AIM OF THE EXERCISE. From the entries below, please output exactly the lines starting at the one containing "#116=EDGE_CURVE('',#112,#112,#115,.T.);" and ending at the one containing "#137=PLANE('',#136);", both included.

[Dataset entries]
= = =
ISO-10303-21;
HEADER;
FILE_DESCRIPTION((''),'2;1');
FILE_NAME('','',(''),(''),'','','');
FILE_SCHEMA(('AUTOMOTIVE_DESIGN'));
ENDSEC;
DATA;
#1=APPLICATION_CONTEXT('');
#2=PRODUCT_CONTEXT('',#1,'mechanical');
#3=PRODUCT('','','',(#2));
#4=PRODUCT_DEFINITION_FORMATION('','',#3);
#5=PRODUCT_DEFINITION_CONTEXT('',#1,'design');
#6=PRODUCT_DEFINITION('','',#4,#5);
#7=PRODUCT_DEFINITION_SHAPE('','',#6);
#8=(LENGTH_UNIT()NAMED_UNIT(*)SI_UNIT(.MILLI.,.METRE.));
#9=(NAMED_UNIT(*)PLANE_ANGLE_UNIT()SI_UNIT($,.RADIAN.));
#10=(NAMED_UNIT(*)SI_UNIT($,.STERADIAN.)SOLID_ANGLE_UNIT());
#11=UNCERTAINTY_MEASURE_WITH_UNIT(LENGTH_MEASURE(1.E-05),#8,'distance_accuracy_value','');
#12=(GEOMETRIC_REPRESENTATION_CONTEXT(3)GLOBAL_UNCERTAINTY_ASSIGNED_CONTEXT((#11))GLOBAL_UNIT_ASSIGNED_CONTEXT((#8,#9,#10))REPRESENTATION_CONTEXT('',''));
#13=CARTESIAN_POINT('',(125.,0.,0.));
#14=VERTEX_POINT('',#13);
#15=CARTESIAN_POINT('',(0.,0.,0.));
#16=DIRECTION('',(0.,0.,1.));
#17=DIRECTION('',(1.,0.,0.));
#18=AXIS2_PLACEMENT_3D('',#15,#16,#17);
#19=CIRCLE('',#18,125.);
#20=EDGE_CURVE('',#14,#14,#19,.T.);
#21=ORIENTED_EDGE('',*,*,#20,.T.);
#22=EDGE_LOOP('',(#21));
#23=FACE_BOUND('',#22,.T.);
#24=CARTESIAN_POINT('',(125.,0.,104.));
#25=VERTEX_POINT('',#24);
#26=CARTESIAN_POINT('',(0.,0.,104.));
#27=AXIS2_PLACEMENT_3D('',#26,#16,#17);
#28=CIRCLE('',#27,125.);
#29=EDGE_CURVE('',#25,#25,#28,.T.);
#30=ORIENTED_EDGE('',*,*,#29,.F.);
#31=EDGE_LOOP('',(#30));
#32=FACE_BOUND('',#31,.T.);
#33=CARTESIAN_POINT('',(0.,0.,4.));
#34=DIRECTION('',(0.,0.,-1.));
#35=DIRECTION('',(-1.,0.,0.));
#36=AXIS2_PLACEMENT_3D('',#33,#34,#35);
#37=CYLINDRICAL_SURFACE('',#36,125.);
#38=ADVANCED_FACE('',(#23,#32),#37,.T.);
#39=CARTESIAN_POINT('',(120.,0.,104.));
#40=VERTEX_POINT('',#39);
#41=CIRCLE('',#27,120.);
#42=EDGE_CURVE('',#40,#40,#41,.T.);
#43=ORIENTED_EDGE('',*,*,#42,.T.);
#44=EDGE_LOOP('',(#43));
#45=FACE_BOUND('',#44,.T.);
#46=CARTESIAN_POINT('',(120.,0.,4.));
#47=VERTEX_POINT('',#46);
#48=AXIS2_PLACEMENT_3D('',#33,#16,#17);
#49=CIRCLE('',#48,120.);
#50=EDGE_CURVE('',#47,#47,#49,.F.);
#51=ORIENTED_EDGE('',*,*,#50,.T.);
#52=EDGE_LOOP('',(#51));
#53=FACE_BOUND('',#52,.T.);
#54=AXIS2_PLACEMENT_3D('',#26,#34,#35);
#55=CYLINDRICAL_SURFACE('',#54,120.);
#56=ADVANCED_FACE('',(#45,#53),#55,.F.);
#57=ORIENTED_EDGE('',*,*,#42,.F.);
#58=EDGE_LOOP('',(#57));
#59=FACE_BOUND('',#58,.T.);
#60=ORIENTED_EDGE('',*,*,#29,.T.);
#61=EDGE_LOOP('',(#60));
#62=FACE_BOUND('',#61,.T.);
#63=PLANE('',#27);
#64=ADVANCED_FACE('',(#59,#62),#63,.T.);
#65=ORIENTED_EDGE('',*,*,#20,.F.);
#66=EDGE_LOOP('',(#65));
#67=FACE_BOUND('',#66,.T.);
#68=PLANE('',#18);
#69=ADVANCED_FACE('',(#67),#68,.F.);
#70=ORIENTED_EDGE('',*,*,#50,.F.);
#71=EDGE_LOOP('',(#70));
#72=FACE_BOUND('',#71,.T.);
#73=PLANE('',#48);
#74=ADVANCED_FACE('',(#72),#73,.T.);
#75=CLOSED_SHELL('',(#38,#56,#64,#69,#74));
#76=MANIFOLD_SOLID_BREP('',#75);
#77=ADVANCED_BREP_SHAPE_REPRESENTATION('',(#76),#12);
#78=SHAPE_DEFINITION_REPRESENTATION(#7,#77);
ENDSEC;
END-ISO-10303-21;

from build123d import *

# Parameters (mm, degrees)
SKETCH1_R           = 125
BOSS_EXTRUDE1_DEPTH = 4
SKETCH2_R           = 125
SKETCH2_R_2         = 120
BOSS_EXTRUDE2_DEPTH = 100


with BuildPart() as part:
    # Sketch1 → Boss-Extrude1 (new body)
    with BuildSketch(Plane.XY):
        Circle(SKETCH1_R)
    extrude(amount=BOSS_EXTRUDE1_DEPTH)

    # Sketch2 → Boss-Extrude2 (add)
    with BuildSketch(Plane.XY.offset(4)):
        Circle(SKETCH2_R)
        Circle(SKETCH2_R_2, mode=Mode.SUBTRACT)
    extrude(amount=BOSS_EXTRUDE2_DEPTH)


solid = part.part
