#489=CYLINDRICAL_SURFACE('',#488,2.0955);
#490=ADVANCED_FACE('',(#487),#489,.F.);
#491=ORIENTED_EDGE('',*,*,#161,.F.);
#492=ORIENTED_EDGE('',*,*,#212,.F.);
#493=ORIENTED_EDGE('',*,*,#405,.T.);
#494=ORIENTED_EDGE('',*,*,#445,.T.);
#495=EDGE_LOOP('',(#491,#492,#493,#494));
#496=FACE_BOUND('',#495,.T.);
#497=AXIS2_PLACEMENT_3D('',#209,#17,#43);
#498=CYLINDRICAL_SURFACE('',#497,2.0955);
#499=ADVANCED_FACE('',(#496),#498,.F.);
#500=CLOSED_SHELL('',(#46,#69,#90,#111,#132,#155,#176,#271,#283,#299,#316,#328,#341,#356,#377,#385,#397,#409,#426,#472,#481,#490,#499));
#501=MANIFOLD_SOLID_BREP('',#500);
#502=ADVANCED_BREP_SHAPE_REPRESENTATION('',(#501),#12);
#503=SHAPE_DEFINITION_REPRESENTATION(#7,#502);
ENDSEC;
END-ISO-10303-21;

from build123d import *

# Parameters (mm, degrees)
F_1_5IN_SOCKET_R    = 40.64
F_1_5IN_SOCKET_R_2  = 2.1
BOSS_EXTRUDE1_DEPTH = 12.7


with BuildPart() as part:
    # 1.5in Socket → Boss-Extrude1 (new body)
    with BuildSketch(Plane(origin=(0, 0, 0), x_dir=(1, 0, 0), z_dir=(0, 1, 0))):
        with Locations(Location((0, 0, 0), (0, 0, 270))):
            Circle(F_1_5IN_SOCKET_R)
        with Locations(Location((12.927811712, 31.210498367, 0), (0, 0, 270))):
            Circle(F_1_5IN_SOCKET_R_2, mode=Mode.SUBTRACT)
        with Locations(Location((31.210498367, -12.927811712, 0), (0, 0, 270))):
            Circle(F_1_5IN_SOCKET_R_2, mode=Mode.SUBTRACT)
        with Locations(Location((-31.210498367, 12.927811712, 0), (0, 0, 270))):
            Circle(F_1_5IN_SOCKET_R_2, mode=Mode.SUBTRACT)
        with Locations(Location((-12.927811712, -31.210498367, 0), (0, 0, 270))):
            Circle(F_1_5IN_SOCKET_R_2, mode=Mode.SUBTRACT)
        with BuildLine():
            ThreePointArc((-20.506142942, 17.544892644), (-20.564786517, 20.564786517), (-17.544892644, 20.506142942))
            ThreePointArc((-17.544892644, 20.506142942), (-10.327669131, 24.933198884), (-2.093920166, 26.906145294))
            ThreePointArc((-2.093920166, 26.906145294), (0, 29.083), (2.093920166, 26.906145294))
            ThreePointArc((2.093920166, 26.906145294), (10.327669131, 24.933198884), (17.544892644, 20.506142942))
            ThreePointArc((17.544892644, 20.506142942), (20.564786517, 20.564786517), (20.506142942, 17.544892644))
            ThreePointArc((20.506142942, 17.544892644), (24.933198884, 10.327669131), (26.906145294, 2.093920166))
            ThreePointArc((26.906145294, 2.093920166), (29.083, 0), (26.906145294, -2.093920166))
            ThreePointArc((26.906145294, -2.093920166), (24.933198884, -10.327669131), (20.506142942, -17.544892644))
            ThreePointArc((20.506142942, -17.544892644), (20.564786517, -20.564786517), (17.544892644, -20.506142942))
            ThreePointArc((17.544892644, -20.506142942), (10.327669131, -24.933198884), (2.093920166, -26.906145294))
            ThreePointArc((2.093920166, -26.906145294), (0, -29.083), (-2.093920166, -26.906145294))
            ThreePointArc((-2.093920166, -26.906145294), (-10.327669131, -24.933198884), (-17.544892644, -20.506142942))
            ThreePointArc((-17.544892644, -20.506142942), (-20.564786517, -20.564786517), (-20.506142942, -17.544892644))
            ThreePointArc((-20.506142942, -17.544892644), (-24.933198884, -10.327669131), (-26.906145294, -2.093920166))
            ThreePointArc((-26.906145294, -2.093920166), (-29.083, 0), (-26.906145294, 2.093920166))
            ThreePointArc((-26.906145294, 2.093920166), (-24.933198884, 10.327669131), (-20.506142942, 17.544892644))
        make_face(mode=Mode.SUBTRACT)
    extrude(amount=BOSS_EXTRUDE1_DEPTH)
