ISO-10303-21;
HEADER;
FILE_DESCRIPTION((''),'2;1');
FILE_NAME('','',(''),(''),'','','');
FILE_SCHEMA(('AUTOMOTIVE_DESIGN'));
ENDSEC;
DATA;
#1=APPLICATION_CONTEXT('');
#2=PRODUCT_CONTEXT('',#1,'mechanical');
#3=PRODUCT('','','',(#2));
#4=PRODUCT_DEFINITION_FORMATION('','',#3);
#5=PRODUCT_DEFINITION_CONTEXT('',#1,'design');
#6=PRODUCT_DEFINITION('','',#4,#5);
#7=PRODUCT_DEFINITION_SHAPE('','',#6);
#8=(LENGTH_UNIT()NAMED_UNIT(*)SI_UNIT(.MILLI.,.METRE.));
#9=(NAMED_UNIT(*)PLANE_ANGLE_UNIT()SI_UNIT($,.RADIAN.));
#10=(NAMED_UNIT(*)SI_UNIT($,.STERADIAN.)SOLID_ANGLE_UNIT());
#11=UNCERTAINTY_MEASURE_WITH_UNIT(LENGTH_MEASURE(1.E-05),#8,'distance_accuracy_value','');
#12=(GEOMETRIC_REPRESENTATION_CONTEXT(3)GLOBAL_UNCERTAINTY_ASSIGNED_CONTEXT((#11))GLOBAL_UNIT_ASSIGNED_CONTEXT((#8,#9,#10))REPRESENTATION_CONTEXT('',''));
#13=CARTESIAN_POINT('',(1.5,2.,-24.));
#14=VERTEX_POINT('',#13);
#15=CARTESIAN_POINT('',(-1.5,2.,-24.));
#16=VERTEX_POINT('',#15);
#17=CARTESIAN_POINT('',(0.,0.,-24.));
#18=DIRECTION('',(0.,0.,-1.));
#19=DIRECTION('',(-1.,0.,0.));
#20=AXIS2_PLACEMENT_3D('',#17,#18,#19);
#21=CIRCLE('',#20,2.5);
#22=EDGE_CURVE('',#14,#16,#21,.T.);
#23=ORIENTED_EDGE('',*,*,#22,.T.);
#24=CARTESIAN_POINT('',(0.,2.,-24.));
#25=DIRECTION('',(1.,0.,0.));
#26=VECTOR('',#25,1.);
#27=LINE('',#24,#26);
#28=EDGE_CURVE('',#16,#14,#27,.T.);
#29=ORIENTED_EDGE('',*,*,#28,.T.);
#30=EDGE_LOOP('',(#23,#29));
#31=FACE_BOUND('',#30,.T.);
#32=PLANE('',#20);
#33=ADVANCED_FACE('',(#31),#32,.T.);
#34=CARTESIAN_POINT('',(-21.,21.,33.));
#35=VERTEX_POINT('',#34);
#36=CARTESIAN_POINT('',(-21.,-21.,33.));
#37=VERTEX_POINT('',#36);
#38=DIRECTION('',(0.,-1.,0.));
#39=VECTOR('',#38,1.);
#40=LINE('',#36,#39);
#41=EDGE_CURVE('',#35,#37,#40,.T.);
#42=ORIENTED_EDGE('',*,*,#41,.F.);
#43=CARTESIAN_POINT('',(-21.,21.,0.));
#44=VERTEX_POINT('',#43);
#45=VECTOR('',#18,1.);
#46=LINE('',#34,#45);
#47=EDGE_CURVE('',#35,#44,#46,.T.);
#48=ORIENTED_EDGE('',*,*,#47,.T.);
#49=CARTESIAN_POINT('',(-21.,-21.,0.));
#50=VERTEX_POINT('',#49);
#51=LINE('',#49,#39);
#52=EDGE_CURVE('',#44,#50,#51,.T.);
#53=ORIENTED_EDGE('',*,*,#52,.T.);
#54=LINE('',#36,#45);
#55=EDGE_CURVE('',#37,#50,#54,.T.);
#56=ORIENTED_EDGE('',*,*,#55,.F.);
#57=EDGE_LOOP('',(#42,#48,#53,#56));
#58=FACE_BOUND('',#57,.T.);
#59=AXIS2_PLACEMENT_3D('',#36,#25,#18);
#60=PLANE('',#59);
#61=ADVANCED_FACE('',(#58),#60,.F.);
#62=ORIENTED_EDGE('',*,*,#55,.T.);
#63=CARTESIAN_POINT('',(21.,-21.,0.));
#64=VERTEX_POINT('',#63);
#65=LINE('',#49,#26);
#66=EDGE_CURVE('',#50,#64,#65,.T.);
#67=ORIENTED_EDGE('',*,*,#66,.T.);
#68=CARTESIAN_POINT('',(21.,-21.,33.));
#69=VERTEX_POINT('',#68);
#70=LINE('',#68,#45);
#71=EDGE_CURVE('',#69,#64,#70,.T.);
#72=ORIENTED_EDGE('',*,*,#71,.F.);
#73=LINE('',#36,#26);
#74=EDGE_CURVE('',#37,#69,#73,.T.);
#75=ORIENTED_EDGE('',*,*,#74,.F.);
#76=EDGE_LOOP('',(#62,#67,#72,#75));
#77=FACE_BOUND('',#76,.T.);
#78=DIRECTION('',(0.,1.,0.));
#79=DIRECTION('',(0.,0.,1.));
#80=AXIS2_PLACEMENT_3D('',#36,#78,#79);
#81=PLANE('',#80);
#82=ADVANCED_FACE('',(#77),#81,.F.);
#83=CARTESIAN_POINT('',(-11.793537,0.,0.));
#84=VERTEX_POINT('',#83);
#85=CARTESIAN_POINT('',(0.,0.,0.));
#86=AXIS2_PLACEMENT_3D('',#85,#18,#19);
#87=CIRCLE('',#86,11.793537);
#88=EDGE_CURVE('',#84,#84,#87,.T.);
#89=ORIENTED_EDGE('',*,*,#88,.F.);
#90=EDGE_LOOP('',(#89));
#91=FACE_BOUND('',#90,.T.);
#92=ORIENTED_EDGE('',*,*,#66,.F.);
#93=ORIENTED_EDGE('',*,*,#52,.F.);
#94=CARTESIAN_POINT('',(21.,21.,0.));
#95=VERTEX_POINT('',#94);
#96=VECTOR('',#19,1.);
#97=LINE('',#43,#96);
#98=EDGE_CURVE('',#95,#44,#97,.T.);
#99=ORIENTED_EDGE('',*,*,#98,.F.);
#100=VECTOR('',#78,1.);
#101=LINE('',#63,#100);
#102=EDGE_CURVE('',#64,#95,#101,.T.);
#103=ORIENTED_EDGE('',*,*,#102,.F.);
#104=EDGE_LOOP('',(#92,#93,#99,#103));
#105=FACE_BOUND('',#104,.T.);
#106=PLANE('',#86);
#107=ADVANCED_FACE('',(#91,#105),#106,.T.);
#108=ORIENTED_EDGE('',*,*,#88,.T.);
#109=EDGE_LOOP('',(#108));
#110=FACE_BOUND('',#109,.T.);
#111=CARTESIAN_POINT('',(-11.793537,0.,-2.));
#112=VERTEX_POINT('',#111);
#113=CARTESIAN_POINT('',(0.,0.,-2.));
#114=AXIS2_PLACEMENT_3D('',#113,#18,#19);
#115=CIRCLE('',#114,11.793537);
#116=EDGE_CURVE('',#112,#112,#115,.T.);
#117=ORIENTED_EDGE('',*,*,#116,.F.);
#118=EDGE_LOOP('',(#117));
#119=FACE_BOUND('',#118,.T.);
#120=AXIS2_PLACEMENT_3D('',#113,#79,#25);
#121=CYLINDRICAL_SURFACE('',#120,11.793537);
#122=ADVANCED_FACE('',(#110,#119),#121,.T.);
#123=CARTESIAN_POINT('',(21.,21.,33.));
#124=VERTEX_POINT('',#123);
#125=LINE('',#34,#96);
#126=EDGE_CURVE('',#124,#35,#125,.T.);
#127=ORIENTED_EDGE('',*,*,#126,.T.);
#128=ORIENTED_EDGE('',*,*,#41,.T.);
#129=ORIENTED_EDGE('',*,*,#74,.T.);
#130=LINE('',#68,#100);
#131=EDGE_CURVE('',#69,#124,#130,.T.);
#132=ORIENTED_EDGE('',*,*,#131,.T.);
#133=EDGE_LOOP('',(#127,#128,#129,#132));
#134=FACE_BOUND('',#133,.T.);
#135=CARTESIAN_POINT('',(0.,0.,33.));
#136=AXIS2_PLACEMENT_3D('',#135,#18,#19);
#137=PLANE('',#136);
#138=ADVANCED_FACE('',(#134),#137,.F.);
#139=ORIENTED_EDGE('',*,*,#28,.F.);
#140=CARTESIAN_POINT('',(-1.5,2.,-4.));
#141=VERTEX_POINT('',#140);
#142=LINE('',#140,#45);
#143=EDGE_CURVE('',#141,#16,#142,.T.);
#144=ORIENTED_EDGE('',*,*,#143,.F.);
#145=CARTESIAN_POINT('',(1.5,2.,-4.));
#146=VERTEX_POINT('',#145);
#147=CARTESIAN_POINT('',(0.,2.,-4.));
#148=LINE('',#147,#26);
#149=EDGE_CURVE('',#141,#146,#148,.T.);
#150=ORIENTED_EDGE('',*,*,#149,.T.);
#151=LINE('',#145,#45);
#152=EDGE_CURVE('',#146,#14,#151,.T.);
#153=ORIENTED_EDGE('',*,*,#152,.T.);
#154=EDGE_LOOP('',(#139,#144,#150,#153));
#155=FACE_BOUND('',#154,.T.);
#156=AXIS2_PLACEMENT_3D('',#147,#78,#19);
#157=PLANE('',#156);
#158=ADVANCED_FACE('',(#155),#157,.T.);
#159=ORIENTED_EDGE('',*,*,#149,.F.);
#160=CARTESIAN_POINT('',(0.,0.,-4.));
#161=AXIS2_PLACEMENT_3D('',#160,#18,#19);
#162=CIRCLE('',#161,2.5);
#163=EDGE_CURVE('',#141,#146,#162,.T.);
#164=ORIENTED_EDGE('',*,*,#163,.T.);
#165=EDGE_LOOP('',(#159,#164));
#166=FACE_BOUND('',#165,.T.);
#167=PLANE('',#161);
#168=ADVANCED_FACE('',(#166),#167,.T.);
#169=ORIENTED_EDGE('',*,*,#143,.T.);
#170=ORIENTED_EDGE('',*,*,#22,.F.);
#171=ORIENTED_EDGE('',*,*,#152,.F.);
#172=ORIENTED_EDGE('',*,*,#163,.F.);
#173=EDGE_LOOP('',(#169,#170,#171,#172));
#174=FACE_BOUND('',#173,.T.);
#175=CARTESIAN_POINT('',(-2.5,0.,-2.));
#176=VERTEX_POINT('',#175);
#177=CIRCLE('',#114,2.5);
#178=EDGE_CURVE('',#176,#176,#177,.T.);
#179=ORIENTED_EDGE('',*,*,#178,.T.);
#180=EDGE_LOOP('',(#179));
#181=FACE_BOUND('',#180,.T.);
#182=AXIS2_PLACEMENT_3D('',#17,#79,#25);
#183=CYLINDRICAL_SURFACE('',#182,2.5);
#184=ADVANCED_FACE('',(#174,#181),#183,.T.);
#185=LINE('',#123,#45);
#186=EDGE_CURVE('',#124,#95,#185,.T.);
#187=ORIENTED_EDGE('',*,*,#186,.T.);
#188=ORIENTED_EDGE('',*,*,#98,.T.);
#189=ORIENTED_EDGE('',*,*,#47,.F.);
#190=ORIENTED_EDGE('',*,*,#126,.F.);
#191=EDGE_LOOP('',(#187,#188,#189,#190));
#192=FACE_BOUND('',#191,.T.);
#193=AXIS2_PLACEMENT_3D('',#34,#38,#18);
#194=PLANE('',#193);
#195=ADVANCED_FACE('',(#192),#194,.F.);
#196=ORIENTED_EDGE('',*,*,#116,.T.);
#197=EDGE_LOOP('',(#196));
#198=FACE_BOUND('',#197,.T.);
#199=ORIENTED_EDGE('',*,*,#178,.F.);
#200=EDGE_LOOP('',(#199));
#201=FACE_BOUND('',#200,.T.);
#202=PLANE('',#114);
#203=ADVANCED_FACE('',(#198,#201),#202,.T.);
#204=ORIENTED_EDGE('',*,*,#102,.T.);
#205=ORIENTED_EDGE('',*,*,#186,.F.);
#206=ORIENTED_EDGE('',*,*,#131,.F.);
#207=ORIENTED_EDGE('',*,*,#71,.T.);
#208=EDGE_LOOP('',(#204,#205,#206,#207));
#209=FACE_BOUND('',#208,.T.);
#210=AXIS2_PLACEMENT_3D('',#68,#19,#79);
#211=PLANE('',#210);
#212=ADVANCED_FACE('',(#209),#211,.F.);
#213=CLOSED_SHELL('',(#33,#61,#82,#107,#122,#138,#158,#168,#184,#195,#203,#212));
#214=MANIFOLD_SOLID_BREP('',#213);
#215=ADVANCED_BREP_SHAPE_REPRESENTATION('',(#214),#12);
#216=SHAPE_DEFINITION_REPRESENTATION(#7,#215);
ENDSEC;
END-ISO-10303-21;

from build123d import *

# Parameters (mm, degrees)
SKETCH1_W           = 42
SKETCH1_H           = 42
BOSS_EXTRUDE1_DEPTH = 33
SKETCH2_R           = 11.793537184
BOSS_EXTRUDE2_DEPTH = 2
SKETCH3_R           = 2.5
BOSS_EXTRUDE3_DEPTH = 22
CUT_EXTRUDE1_DEPTH  = 20


with BuildPart() as part:
    # Sketch1 → Boss-Extrude1 (new body)
    with BuildSketch(Plane.XY):
        Rectangle(SKETCH1_W, SKETCH1_H)
    extrude(amount=BOSS_EXTRUDE1_DEPTH)

    # Sketch2 → Boss-Extrude2 (add)
    with BuildSketch(Plane(origin=(0, 0, 0), x_dir=(-1, 0, 0), z_dir=(0, 0, -1))):
        Circle(SKETCH2_R)
    extrude(amount=BOSS_EXTRUDE2_DEPTH)

    # Sketch3 → Boss-Extrude3 (add)
    with BuildSketch(Plane(origin=(0, 0, -2), x_dir=(-1, 0, 0), z_dir=(0, 0, -1))):
        Circle(SKETCH3_R)
    extrude(amount=BOSS_EXTRUDE3_DEPTH)

    # Sketch4 → Cut-Extrude1 (cut)
    with BuildSketch(Plane(origin=(0, 0, -24), x_dir=(-1, 0, 0), z_dir=(0, 0, -1))):
        with BuildLine():
            Line((1.5, 2), (-1.5, 2))
            ThreePointArc((-1.5, 2), (0, 2.5), (1.5, 2))
        make_face()
    extrude(amount=-CUT_EXTRUDE1_DEPTH, mode=Mode.SUBTRACT)


solid = part.part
= = =
WRITTEN RESPONSE.
#116=EDGE_CURVE('',#112,#112,#115,.T.);
#117=ORIENTED_EDGE('',*,*,#116,.F.);
#118=EDGE_LOOP('',(#117));
#119=FACE_BOUND('',#118,.T.);
#120=AXIS2_PLACEMENT_3D('',#113,#79,#25);
#121=CYLINDRICAL_SURFACE('',#120,11.793537);
#122=ADVANCED_FACE('',(#110,#119),#121,.T.);
#123=CARTESIAN_POINT('',(21.,21.,33.));
#124=VERTEX_POINT('',#123);
#125=LINE('',#34,#96);
#126=EDGE_CURVE('',#124,#35,#125,.T.);
#127=ORIENTED_EDGE('',*,*,#126,.T.);
#128=ORIENTED_EDGE('',*,*,#41,.T.);
#129=ORIENTED_EDGE('',*,*,#74,.T.);
#130=LINE('',#68,#100);
#131=EDGE_CURVE('',#69,#124,#130,.T.);
#132=ORIENTED_EDGE('',*,*,#131,.T.);
#133=EDGE_LOOP('',(#127,#128,#129,#132));
#134=FACE_BOUND('',#133,.T.);
#135=CARTESIAN_POINT('',(0.,0.,33.));
#136=AXIS2_PLACEMENT_3D('',#135,#18,#19);
#137=PLANE('',#136);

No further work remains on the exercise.